기사입력2025.10.15 16:03


▲Structure of an artificial intelligence model utilizing vanishing points


Correcting perspective distortion to improve spatial recognition accuracy for autonomous driving and robotics.
A research team at UNIST's Graduate School of Artificial Intelligence has developed a technology to improve the spatial recognition accuracy of camera-based autonomous driving systems by applying the concept of "vanishing point," utilized by Renaissance painters, to artificial intelligence.

A research team led by Professor Kyung-Don Joo of the UNIST Graduate School of Artificial Intelligence announced on the 15th that they have developed an AI model called "VPOcc" that compensates for perspective distortion in camera images. This research was led by first author Junsu Kim, and was jointly conducted by researcher Junhee Lee and researchers from Carnegie Mellon University in the United States.

Self-driving cars perceive their surroundings using cameras or LiDAR sensors.
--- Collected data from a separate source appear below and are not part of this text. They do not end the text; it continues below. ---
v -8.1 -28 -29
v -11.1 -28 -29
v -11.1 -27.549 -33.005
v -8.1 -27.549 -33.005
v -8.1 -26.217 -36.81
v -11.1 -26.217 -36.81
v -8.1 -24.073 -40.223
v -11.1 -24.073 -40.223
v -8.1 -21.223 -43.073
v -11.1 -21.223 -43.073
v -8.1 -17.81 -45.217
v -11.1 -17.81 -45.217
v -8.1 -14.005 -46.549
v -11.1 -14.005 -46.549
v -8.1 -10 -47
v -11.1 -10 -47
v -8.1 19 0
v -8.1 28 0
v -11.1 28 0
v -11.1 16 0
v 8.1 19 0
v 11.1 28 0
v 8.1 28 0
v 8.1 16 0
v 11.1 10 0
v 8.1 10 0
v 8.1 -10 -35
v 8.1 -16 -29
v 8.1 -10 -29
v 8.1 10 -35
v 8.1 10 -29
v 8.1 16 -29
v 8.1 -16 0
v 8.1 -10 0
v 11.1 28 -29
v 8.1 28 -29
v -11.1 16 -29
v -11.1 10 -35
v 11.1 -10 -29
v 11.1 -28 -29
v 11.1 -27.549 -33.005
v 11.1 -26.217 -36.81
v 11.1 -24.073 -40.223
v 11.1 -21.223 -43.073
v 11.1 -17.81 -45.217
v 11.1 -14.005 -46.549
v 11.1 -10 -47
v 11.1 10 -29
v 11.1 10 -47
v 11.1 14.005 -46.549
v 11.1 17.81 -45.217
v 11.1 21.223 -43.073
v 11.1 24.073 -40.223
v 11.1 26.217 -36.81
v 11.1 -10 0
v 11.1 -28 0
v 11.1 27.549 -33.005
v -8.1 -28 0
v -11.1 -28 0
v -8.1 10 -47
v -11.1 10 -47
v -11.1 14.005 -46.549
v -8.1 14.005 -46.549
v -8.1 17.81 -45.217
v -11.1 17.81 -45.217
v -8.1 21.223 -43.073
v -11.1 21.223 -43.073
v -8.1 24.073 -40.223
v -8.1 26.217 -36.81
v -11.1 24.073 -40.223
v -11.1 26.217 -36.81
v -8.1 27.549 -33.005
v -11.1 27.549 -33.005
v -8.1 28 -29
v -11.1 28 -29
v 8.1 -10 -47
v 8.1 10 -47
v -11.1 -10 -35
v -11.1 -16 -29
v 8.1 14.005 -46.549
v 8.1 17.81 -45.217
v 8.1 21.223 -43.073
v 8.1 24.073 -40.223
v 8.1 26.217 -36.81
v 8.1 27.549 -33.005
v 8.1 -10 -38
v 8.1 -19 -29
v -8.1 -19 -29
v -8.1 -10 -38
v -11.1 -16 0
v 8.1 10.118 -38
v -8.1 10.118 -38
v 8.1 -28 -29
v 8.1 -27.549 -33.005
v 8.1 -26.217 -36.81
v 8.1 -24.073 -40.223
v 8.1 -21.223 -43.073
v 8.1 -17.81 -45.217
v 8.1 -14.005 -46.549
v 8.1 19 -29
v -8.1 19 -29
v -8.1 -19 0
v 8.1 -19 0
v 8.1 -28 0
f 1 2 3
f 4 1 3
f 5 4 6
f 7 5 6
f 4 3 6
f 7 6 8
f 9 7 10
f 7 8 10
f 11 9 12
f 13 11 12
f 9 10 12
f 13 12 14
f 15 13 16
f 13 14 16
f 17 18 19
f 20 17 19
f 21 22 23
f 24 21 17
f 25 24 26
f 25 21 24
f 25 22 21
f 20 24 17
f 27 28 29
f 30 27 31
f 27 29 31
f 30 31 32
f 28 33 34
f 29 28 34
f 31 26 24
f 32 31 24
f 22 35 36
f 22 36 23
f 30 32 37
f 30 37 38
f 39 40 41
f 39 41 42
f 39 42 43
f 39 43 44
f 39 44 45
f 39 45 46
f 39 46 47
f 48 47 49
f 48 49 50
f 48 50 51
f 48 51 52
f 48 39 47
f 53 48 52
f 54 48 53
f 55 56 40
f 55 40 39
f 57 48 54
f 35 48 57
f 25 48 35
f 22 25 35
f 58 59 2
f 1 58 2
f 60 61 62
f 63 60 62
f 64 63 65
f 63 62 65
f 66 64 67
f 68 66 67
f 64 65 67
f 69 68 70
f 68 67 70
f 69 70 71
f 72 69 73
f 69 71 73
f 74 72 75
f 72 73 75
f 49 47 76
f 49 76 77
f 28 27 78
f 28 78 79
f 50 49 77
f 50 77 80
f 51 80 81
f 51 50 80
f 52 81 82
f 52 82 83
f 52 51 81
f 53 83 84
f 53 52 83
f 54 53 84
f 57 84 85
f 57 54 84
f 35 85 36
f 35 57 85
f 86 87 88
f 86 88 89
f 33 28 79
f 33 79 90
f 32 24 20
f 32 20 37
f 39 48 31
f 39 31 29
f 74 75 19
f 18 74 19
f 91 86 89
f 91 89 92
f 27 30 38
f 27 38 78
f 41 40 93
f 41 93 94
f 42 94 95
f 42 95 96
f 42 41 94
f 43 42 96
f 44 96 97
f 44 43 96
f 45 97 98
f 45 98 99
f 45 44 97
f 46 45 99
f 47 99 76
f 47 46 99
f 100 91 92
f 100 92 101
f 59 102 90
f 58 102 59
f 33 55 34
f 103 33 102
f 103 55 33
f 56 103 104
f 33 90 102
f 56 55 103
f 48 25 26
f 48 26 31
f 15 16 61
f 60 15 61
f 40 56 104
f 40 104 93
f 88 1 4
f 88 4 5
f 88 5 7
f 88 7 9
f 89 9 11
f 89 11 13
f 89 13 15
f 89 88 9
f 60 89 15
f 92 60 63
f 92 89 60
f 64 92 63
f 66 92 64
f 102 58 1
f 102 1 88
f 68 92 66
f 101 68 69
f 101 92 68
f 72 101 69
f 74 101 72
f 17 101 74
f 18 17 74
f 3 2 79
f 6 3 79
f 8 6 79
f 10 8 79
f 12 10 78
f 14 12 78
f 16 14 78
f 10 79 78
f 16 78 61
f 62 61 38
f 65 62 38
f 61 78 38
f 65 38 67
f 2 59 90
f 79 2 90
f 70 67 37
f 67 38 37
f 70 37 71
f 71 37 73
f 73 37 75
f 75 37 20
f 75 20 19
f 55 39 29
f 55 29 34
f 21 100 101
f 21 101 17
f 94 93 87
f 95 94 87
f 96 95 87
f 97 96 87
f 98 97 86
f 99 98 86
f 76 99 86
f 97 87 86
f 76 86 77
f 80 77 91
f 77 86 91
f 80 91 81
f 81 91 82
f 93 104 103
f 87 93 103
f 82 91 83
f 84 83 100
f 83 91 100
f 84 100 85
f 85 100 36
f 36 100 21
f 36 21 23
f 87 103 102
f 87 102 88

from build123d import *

# Parameters (mm, degrees)
F2_DEPTH = 11.1
F4_DEPTH = 3
F6_DEPTH = 3


# Not quite as in the source:
# - a pattern or mirror of a feature is missing from the dataset's text; its kind, count and spacing are read off the source's solid


with BuildPart() as f2:
    # F1 (on Right) → F2 (new body, symmetric)
    with BuildSketch(Plane.YZ):
        Polygon((-16, 0), (-19, 0), (-19, -29), (-10, -38), (-6, -38), (6, -38), (10.1178772148, -38), (19, -29), (19, 0), (16, 0), (16, -29), (10, -35), (0, -35), (-10, -35), (-16, -29), align=None)
    extrude(amount=F2_DEPTH, both=True)

    # F3 (on face) → F4 (join)
    with BuildSketch(Plane.YZ.offset(11.1)):
        with BuildLine():
            Line((-28, 0), (-28, -29))
            ThreePointArc((-28, -29), (-22.7279220614, -41.7279220614), (-10, -47))
            Line((-10, -47), (10, -47))
            ThreePointArc((10, -47), (22.7279220614, -41.7279220614), (28, -29))
            Line((28, -29), (28, 0))
            Line((28, 0), (19, 0))
            Line((19, 0), (19, -29))
            Line((19, -29), (10.1178772148, -38))
            Line((10.1178772148, -38), (-10, -38))
            Line((-10, -38), (-19, -29))
            Line((-19, -29), (-19, 0))
            Line((-19, 0), (-28, 0))
        make_face()
    f4 = extrude(amount=-F4_DEPTH)

    # F4_copies: F4 across plane
    add(f4.mirror(Plane(origin=(0, 0, 0), x_dir=(0, 0, -1), z_dir=(-1, 0, 0))))

    # F5 (on face) → F6 (join)
    with BuildSketch(Plane.YZ.offset(11.1)):
        Polygon((10, 0), (10, -29), (-10, -29), (-10, 0), (-16, 0), (-16, -29), (-10, -35), (0, -35), (10, -35), (16, -29), (16, 0), align=None)
    extrude(amount=-F6_DEPTH)


solid = f2.part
While cameras are cheaper and lighter than LiDAR, they often suffer from distance distortion when representing three-dimensional space as two-dimensional images, leading to the loss of distant objects or the emphasis on nearby areas.

The research team solved this problem by applying the "vanishing point," a concept used by Renaissance painters to express perspective, to artificial intelligence. Vanishing points are points where parallel lines converge in the distance, and are used by humans to perceive depth on a flat surface. VPOcc reconstructs image information based on these vanishing points, more accurately restoring depth and distance.
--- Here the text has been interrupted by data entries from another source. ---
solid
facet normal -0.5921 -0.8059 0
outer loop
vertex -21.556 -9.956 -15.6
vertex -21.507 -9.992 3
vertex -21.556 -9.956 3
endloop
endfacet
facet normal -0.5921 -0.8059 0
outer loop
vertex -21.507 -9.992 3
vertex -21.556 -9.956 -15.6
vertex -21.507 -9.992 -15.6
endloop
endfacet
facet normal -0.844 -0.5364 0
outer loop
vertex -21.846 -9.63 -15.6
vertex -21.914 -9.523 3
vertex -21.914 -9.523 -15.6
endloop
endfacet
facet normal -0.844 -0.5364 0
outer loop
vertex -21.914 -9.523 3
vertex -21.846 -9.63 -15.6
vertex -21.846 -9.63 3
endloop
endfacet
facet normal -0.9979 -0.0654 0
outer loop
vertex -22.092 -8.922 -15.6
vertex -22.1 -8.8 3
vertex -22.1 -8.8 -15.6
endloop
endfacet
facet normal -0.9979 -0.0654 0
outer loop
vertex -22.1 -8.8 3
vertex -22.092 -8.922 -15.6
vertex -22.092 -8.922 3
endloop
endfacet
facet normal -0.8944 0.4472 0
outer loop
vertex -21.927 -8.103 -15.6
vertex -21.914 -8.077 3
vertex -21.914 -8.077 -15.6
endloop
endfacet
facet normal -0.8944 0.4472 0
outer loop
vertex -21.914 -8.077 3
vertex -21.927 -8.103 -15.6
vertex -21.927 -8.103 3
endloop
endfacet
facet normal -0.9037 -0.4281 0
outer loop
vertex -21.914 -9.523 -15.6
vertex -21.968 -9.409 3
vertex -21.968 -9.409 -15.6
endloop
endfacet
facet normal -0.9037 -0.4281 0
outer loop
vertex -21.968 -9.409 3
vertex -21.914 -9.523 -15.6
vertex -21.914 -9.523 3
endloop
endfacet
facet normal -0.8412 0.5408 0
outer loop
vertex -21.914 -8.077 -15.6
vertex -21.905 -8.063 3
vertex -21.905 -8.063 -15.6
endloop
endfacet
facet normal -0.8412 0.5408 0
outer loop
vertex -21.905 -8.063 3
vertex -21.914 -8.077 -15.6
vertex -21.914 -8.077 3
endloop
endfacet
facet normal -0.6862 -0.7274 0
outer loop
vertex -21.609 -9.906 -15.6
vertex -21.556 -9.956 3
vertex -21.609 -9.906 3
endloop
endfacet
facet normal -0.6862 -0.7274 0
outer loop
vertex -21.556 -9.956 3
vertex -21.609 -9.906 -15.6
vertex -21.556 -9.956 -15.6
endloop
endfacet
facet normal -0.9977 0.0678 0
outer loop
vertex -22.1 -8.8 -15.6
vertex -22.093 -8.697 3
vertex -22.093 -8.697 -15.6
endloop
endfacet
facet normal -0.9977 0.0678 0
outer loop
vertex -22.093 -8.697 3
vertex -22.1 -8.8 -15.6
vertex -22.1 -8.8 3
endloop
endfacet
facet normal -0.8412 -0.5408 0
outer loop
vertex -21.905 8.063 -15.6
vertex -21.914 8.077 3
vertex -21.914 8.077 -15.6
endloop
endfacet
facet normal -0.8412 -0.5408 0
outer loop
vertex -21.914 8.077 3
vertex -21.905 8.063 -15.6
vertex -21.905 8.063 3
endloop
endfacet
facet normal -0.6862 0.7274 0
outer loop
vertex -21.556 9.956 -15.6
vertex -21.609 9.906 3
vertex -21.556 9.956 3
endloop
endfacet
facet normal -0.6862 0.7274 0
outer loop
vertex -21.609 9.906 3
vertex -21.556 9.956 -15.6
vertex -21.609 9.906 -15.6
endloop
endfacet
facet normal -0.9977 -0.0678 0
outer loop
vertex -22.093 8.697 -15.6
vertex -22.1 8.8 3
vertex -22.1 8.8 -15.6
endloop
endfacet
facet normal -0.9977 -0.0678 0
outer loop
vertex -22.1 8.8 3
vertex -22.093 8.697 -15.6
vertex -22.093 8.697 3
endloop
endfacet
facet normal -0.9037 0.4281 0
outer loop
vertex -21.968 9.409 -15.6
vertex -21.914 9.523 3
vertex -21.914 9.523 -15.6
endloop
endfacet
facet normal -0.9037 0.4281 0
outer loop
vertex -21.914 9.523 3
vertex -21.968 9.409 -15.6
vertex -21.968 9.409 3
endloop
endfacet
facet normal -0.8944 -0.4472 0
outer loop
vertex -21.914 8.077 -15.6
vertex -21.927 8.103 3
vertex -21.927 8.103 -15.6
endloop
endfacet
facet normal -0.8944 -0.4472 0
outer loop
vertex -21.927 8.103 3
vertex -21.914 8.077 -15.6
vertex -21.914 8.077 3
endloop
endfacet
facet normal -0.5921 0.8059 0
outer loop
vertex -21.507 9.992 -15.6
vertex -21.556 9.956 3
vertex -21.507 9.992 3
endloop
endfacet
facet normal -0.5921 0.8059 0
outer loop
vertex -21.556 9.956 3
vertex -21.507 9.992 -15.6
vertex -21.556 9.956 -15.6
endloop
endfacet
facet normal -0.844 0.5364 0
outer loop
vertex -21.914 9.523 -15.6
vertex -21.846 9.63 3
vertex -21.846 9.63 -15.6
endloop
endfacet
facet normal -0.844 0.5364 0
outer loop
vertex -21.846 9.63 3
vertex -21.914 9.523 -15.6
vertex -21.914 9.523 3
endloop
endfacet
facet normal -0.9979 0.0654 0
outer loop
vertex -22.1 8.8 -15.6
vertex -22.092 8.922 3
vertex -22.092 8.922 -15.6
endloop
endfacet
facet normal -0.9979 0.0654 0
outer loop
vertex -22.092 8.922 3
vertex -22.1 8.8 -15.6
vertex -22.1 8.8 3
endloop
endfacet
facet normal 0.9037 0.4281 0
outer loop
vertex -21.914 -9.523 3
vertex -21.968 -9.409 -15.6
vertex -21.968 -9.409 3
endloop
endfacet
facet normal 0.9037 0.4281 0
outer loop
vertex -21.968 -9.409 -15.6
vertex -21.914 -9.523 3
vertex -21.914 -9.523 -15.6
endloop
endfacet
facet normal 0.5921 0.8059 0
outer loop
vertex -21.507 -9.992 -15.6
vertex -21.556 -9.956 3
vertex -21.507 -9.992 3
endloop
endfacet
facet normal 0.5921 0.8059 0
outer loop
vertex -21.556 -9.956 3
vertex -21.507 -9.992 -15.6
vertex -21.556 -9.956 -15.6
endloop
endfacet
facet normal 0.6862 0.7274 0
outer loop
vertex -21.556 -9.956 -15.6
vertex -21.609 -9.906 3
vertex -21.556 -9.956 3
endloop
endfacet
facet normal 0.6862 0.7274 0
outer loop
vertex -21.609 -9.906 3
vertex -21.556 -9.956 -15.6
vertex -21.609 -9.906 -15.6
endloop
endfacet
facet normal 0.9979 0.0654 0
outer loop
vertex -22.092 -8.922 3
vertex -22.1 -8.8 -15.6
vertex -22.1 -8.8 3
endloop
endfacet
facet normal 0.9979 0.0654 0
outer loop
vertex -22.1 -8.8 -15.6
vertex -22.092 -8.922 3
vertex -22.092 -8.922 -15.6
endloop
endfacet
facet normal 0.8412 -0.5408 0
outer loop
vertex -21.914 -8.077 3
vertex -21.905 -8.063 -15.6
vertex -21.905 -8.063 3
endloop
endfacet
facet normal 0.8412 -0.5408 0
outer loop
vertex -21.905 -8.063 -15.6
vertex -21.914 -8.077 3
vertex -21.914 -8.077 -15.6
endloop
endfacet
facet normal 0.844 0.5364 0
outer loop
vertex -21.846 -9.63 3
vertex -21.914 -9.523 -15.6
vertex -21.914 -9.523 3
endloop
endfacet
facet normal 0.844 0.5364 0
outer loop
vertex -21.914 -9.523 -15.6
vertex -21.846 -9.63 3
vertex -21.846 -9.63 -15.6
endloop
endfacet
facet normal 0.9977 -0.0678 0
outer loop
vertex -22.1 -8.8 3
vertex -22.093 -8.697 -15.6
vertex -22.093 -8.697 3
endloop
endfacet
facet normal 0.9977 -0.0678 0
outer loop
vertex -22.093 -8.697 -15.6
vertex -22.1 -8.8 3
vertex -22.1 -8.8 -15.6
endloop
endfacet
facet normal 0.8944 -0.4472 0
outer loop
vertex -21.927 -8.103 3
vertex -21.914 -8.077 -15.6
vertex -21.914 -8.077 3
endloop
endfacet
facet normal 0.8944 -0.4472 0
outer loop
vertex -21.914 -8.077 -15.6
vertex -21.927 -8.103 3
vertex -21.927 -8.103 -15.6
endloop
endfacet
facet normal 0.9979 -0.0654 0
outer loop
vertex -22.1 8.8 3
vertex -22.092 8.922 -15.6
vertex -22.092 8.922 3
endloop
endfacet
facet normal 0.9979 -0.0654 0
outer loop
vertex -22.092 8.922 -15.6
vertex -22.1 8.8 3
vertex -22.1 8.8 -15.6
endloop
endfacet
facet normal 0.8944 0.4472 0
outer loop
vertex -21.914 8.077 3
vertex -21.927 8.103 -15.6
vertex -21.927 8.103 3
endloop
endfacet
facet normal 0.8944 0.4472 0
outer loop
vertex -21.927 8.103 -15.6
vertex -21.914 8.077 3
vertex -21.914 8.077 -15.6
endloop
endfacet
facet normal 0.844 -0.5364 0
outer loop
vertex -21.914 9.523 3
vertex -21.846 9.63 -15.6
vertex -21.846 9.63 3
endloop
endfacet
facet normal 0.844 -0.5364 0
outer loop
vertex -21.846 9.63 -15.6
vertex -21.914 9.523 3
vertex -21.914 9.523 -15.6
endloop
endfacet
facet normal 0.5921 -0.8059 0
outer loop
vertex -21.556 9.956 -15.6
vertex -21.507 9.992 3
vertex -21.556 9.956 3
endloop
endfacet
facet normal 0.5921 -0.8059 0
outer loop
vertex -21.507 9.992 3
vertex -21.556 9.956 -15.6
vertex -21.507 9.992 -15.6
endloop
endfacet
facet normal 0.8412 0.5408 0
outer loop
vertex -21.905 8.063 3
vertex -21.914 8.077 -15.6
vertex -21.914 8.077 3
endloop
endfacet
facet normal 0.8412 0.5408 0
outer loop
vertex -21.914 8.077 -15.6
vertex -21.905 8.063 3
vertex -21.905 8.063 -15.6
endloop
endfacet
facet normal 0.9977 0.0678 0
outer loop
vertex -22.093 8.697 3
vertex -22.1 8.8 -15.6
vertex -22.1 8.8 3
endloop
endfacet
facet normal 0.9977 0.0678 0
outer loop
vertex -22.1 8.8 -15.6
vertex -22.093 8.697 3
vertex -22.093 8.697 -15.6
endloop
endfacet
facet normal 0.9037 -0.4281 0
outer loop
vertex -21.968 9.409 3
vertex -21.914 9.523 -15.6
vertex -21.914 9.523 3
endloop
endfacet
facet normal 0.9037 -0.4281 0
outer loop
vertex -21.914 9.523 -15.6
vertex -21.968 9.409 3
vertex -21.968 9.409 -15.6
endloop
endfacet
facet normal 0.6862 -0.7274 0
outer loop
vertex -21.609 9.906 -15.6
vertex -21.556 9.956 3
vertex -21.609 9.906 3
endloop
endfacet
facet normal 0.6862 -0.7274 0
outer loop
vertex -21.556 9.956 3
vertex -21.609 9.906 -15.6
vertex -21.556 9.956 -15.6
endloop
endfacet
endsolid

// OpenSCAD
intersection(){
union(){$fn = 50;

difference() {
	union() {
		translate(v = [-20.6, -8.8, 7]) {
			rotate(a = [0, 0, 0]) {
				difference() {
					union() {
						translate(v = [0, 0, -1.7]) {
							cylinder(h = 1.7, r1 = 1.5, r2 = 2.9);
						}
						translate(v = [0, 0, -30.0]) {
							cylinder(h = 30, r = 1.5);
						}
					}
					union();
				}
			}
		}
		translate(v = [-20.6, -8.8, -20.5]) {
			rotate(a = [0, 0, 0]) {
				difference() {
					union() {
						translate(v = [0, 0, -2.4]) {
							linear_extrude(height = 2.4) {
								polygon(points = [[3.1734999999999998, 0.0], [1.5867500000000003, 2.7483316189099156], [-1.5867499999999992, 2.748331618909916], [-3.1734999999999998, 3.886416617094125e-16], [-1.5867500000000012, -2.748331618909915], [1.5867499999999977, -2.748331618909917]]);
							}
						}
					}
					union();
				}
			}
		}
		translate(v = [-20.6, 8.8, 7]) {
			rotate(a = [0, 0, 0]) {
				difference() {
					union() {
						translate(v = [0, 0, -1.7]) {
							cylinder(h = 1.7, r1 = 1.5, r2 = 2.9);
						}
						translate(v = [0, 0, -30.0]) {
							cylinder(h = 30, r = 1.5);
						}
					}
					union();
				}
			}
		}
		translate(v = [-20.6, 8.8, -20.5]) {
			rotate(a = [0, 0, 0]) {
				difference() {
					union() {
						translate(v = [0, 0, -2.4]) {
							linear_extrude(height = 2.4) {
								polygon(points = [[3.1734999999999998, 0.0], [1.5867500000000003, 2.7483316189099156], [-1.5867499999999992, 2.748331618909916], [-3.1734999999999998, 3.886416617094125e-16], [-1.5867500000000012, -2.748331618909915], [1.5867499999999977, -2.748331618909917]]);
							}
						}
					}
					union();
				}
			}
		}
		translate(v = [-37.5, -15, -18]) {
			rotate(a = [0, 180, 0]) {
				difference() {
					union() {
						translate(v = [0, 0, -1.7]) {
							cylinder(h = 1.7, r1 = 1.5, r2 = 2.9);
						}
						translate(v = [0, 0, -25.0]) {
							cylinder(h = 25, r = 1.5);
						}
					}
					union();
				}
			}
		}
		translate(v = [-37.5, -15, 4]) {
			rotate(a = [0, 0, 0]) {
				difference() {
					union() {
						linear_extrude(height = 2.4) {
							polygon(points = [[3.1734999999999998, 0.0], [1.5867500000000003, 2.7483316189099156], [-1.5867499999999992, 2.748331618909916], [-3.1734999999999998, 3.886416617094125e-16], [-1.5867500000000012, -2.748331618909915], [1.5867499999999977, -2.748331618909917]]);
						}
					}
					union();
				}
			}
		}
		translate(v = [-37.5, 15, -18]) {
			rotate(a = [0, 180, 0]) {
				difference() {
					union() {
						translate(v = [0, 0, -1.7]) {
							cylinder(h = 1.7, r1 = 1.5, r2 = 2.9);
						}
						translate(v = [0, 0, -25.0]) {
							cylinder(h = 25, r = 1.5);
						}
					}
					union();
				}
			}
		}
		translate(v = [-37.5, 15, 4]) {
			rotate(a = [0, 0, 0]) {
				difference() {
					union() {
						linear_extrude(height = 2.4) {
							polygon(points = [[3.1734999999999998, 0.0], [1.5867500000000003, 2.7483316189099156], [-1.5867499999999992, 2.748331618909916], [-3.1734999999999998, 3.886416617094125e-16], [-1.5867500000000012, -2.748331618909915], [1.5867499999999977, -2.748331618909917]]);
						}
					}
					union();
				}
			}
		}
		translate(v = [7.5, -15, -18]) {
			rotate(a = [0, 180, 0]) {
				difference() {
					union() {
						translate(v = [0, 0, -1.7]) {
							cylinder(h = 1.7, r1 = 1.5, r2 = 2.9);
						}
						translate(v = [0, 0, -25.0]) {
							cylinder(h = 25, r = 1.5);
						}
					}
					union();
				}
			}
		}
		translate(v = [7.5, -15, 4]) {
			rotate(a = [0, 0, 0]) {
				difference() {
					union() {
						linear_extrude(height = 2.4) {
							polygon(points = [[3.1734999999999998, 0.0], [1.5867500000000003, 2.7483316189099156], [-1.5867499999999992, 2.748331618909916], [-3.1734999999999998, 3.886416617094125e-16], [-1.5867500000000012, -2.748331618909915], [1.5867499999999977, -2.748331618909917]]);
						}
					}
					union();
				}
			}
		}
		translate(v = [7.5, 15, -18]) {
			rotate(a = [0, 180, 0]) {
				difference() {
					union() {
						translate(v = [0, 0, -1.7]) {
							cylinder(h = 1.7, r1 = 1.5, r2 = 2.9);
						}
						translate(v = [0, 0, -25.0]) {
							cylinder(h = 25, r = 1.5);
						}
					}
					union();
				}
			}
		}
		translate(v = [7.5, 15, 4]) {
			rotate(a = [0, 0, 0]) {
				difference() {
					union() {
						linear_extrude(height = 2.4) {
							polygon(points = [[3.1734999999999998, 0.0], [1.5867500000000003, 2.7483316189099156], [-1.5867499999999992, 2.748331618909916], [-3.1734999999999998, 3.886416617094125e-16], [-1.5867500000000012, -2.748331618909915], [1.5867499999999977, -2.748331618909917]]);
						}
					}
					union();
				}
			}
		}
	}
	union();
}
}
union(){
$fn = 50;

difference() {
	union() {
		translate(v = [0, 0, 0]) {
			rotate(a = [0, 0, 0]) {
				difference() {
					union() {
						translate(v = [-50.8, 0, -5.700000000000001]) {
							rotate(a = [0, 90, 0]) {
								cylinder(h = 14.2, r = 9.95);
							}
						}
					}
					union() {
						translate(v = [-52.0, -12.0, -23.2]) {
							cube(size = [16, 24, 10.0]);
						}
						translate(v = [-52.0, -12.0, 1.799999999999999]) {
							cube(size = [16, 24, 10.0]);
						}
					}
				}
			}
		}
		translate(v = [0, 0, 0]) {
			rotate(a = [0, 0, 0]) {
				difference() {
					union() {
						translate(v = [0, 0, -24.600000000000005]) {
							cylinder(h = 36.6, r = 2.7);
						}
					}
					union() {
						translate(v = [-20.0, -21.85, -25.6]) {
							cube(size = [40, 20, 38.6]);
						}
						translate(v = [-20.0, 1.8499999999999996, -25.6]) {
							cube(size = [40, 20, 38.6]);
						}
					}
				}
			}
		}
		translate(v = [-36.8, -11.2, -15.600000000000001]) {
			cube(size = [44.0, 22.4, 18.6]);
		}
The model consists of three modules. VPZoomer reduces perspective distortion in an image based on a vanishing point, while VPCA extracts balanced information from near and far areas. SVF combines the original and corrected images to compensate for each other's weaknesses.

Experimental results showed that VPOcc outperformed existing models in terms of spatial understanding (mIoU) and reconstruction accuracy (IoU). In particular, it successfully predicted distant objects more clearly and distinguished overlapping objects more accurately in road environments, which are crucial for autonomous driving.

Researcher Kim Jun-su said, “We wanted to improve understanding of 3D space by incorporating the human spatial perception method into artificial intelligence,” adding, “This will be a great advantage in terms of price competitiveness and lightweighting of camera sensors.”

Professor Joo Kyung-don said, “This technology can be applied to various fields, including autonomous driving, robotics, and augmented reality (AR) map production.”

This research was supported by the Ministry of Science and ICT and the National Research Foundation of Korea, and its findings were accepted for publication at IROS 2025, an international conference on intelligent robotics. This year's conference will be held in Hangzhou, China, starting October 19th.